Determinare l’attività della nitrogenasi

Se ci accorgiamo che il batterio che stiamo analizzando è un batterio azotofissatore possiamo anche determinare l’attività nitrogenasica mediante il saggio di riduzione dell’acetilene (saggio ARA). L’acetilene, infatti, può fungere da substrato della nitrogenasi.

Leggi i nostri appunti su nitrogenasi e fissazione dell’azoto

Per effettuare il saggio ARA aggiungiamo al mezzo di coltura una certa quantità di acetilene e, se i batteri possiedono la nitrogenasi, l’acetilene verrà ridotto e si formerà etilene.



Sia l’acetilene che l’etilene sono due molecole facili da dosare utilizzando un gascromatografo.

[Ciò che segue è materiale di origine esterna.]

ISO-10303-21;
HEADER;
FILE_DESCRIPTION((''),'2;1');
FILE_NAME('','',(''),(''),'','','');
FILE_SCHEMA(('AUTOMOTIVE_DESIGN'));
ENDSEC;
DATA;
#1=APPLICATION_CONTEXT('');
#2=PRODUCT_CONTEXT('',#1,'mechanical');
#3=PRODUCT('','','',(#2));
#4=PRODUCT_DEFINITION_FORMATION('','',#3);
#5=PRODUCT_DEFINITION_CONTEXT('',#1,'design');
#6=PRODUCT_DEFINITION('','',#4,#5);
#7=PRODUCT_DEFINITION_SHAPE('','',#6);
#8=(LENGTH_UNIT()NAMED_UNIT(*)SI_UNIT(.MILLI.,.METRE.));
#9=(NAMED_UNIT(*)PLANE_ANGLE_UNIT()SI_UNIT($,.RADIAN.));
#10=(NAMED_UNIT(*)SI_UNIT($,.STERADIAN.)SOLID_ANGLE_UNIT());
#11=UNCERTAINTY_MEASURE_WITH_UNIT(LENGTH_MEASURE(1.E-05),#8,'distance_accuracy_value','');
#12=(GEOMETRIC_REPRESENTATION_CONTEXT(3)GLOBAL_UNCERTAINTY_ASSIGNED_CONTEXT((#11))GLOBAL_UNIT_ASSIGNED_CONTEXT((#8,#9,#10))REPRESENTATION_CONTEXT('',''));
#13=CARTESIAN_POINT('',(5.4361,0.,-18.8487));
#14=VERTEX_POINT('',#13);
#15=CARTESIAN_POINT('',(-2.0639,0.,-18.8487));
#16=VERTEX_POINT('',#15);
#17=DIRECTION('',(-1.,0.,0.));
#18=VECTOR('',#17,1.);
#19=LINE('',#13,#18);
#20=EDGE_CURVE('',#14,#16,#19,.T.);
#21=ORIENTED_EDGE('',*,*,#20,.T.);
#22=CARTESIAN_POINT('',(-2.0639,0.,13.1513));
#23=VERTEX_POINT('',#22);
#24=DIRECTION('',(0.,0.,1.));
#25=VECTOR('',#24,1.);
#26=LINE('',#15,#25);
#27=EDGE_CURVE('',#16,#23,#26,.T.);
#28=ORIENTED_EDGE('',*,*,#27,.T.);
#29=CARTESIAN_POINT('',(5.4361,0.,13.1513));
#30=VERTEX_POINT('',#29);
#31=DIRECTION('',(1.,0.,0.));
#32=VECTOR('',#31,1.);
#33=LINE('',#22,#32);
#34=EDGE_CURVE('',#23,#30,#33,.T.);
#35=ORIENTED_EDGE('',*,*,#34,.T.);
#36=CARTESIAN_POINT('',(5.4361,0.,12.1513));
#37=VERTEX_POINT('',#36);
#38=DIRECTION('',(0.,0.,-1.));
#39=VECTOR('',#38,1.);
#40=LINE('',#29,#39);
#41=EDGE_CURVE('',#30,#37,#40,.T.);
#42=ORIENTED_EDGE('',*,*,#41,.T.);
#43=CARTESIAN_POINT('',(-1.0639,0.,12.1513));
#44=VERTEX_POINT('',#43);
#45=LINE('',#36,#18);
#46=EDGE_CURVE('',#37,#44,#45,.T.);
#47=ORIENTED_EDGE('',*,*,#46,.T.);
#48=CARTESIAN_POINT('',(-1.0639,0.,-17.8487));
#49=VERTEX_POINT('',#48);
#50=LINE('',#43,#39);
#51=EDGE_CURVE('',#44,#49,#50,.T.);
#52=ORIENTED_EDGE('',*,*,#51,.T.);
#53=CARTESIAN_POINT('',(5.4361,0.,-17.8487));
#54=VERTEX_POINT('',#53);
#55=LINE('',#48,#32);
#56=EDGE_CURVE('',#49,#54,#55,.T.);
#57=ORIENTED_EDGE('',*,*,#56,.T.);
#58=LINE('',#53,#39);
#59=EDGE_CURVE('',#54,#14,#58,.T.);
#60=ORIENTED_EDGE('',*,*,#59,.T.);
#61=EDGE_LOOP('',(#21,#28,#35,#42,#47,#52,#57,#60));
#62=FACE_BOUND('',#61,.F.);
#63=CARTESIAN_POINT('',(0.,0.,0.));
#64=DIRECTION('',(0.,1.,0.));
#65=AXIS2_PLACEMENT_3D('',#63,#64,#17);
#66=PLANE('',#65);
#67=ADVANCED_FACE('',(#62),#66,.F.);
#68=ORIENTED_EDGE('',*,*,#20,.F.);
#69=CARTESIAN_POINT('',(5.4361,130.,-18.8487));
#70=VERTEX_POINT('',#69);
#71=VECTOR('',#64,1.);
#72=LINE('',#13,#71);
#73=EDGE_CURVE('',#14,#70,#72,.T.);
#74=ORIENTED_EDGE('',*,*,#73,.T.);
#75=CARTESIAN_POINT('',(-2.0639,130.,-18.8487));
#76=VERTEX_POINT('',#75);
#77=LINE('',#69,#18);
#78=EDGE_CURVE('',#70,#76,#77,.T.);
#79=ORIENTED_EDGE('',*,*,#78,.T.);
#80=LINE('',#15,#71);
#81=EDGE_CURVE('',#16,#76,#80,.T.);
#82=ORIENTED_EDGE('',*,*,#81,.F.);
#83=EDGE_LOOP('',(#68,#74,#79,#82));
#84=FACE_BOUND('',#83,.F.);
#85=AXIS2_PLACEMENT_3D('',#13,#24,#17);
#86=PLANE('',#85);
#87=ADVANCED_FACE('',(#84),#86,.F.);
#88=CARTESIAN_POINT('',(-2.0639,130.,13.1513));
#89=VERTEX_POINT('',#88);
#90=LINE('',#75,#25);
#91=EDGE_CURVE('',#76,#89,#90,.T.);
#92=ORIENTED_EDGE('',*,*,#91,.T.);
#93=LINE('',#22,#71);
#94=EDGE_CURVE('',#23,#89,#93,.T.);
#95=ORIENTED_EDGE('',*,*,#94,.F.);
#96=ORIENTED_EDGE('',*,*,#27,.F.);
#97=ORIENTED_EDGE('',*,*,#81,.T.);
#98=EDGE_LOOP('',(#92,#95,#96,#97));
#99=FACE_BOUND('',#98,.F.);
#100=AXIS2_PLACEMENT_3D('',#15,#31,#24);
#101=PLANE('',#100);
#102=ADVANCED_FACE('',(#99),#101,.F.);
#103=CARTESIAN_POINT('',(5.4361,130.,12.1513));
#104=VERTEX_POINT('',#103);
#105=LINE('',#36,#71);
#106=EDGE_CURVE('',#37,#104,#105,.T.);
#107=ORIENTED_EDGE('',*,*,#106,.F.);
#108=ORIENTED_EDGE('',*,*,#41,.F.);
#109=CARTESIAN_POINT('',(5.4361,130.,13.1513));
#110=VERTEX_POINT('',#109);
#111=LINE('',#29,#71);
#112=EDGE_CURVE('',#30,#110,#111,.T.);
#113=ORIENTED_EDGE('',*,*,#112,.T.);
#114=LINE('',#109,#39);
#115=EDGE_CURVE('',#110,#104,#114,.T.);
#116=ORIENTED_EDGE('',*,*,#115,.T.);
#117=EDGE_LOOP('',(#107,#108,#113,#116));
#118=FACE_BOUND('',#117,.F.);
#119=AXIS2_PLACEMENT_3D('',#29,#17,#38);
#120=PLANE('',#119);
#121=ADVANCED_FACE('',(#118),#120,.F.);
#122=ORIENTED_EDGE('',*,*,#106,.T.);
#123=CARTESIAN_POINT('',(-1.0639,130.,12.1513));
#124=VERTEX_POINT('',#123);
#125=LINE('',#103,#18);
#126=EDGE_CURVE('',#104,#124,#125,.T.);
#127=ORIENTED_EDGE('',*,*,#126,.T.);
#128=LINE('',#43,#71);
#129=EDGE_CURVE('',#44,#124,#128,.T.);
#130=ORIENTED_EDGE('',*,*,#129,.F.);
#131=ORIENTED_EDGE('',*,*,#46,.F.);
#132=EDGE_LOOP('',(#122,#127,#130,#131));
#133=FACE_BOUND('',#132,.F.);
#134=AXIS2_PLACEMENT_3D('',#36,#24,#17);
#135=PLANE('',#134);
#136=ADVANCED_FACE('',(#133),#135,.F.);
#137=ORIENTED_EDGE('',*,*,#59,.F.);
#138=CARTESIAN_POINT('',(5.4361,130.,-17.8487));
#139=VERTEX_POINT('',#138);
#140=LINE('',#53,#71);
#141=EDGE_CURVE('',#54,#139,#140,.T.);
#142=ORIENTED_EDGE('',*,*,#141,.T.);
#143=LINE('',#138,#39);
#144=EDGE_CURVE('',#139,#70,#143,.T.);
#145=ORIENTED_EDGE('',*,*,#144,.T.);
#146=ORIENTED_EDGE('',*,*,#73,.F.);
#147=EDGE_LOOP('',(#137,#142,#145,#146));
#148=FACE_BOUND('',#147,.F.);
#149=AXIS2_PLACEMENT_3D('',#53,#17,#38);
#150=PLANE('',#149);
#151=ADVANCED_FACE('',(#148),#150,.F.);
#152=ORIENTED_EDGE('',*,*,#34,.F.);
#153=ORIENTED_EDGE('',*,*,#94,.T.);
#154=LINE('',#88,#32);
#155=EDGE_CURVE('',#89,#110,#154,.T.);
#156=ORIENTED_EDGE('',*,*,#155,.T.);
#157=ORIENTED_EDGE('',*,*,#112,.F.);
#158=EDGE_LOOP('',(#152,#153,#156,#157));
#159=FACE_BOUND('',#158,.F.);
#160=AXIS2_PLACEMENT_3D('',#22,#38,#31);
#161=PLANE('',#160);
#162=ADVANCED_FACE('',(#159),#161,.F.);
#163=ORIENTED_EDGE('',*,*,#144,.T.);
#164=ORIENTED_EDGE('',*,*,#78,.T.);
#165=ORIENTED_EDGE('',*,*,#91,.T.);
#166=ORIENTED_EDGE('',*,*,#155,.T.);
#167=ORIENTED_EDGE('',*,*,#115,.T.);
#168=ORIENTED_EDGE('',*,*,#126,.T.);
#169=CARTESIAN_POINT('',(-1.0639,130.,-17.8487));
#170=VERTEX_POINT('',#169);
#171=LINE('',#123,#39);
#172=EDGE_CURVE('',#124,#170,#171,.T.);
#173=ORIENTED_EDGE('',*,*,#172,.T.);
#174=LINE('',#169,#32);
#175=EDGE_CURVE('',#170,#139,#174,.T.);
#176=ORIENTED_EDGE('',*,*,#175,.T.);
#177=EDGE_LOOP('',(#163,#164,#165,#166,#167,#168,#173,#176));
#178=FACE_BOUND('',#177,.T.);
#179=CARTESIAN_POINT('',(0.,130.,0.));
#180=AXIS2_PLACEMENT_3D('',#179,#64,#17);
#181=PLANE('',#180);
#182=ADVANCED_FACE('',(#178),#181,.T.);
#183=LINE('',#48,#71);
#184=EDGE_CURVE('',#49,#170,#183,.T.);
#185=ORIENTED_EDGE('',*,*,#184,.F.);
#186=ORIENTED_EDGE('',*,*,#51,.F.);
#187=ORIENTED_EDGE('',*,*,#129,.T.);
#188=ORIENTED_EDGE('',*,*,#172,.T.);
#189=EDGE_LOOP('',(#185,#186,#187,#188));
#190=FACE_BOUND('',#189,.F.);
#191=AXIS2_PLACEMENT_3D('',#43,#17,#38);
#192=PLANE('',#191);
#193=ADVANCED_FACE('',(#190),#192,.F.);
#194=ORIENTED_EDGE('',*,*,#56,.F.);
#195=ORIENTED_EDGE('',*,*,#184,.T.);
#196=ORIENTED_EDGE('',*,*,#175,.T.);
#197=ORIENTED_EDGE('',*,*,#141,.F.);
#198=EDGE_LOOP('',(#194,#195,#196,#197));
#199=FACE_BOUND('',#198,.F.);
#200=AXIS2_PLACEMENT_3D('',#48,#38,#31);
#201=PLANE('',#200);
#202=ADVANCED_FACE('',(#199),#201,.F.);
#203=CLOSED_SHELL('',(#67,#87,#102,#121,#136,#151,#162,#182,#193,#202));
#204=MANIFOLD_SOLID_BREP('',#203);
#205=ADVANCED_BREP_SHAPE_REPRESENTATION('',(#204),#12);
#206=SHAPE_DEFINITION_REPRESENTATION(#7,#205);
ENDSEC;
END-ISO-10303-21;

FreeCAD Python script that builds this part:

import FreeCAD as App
import Part
import Sketcher
from FreeCAD import Vector


def add_polygon(sketch, points):
    """Adds a closed chain of lines whose ends are joined by coincident constraints."""
    first, n = sketch.GeometryCount, len(points)
    for a, b in zip(points, points[1:] + points[:1]):
        sketch.addGeometry(Part.LineSegment(App.Vector(*a, 0), App.Vector(*b, 0)), False)
    for i in range(n):
        sketch.addConstraint(Sketcher.Constraint("Coincident", first + i, 2, first + (i + 1) % n, 1))

doc = App.newDocument("Part")
body = doc.addObject("PartDesign::Body", "Body")

# Sketch on XZ plane
sketch1 = doc.addObject("Sketcher::SketchObject", "Sketch")
body.addObject(sketch1)
sketch1.AttachmentSupport = (doc.XZ_Plane, [""])
sketch1.MapMode = "FlatFace"
add_polygon(sketch1, [(5.4, 13.2), (5.4, 12.2), (-1.1, 12.2), (-1.1, -17.8), (5.4, -17.8), (5.4, -18.8), (-2.1, -18.8), (-2.1, 13.2)])  # lines 0-7
sketch1.addConstraint([
    Sketcher.Constraint("Vertical", 0),
    Sketcher.Constraint("Horizontal", 1),
    Sketcher.Constraint("Vertical", 2),
    Sketcher.Constraint("Horizontal", 3),
    Sketcher.Constraint("Vertical", 4),
    Sketcher.Constraint("Horizontal", 5),
    Sketcher.Constraint("Vertical", 6),
    Sketcher.Constraint("Horizontal", 7),
    Sketcher.Constraint("Vertical", 0, 2, 3, 2),
    Sketcher.Constraint("Equal", 0, 4),
    Sketcher.Constraint("DistanceY", 0, 2, 0, 1, 1.0),
    Sketcher.Constraint("DistanceY", 2, 2, 2, 1, 30.0),
    Sketcher.Constraint("DistanceX", 1, 2, 1, 1, 6.5),
    Sketcher.Constraint("DistanceX", 5, 2, 5, 1, 7.5),
    Sketcher.Constraint("DistanceX", -1, 1, 0, 2, 5.436),
    Sketcher.Constraint("DistanceY", -1, 1, 0, 2, 12.1513),
])
pad1 = doc.addObject("PartDesign::Pad", "Pad")
body.addObject(pad1)
pad1.Profile = sketch1
pad1.Length = 130
pad1.Reversed = True

doc.recompute()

Nel tempo andiamo a valutare l’eventuale riduzione dell’acetilene e l’eventuale aumento dell’etilene. Ovviamente le reazioni non sono esattamente comparabili dal punto di vista stechiometrico, qui bastano 2H e non ne servono 8 come per la reazione di fissazione dell’azoto. Per questo motivo per valutare l’attività nitrogenasica bisogna dividere per 3.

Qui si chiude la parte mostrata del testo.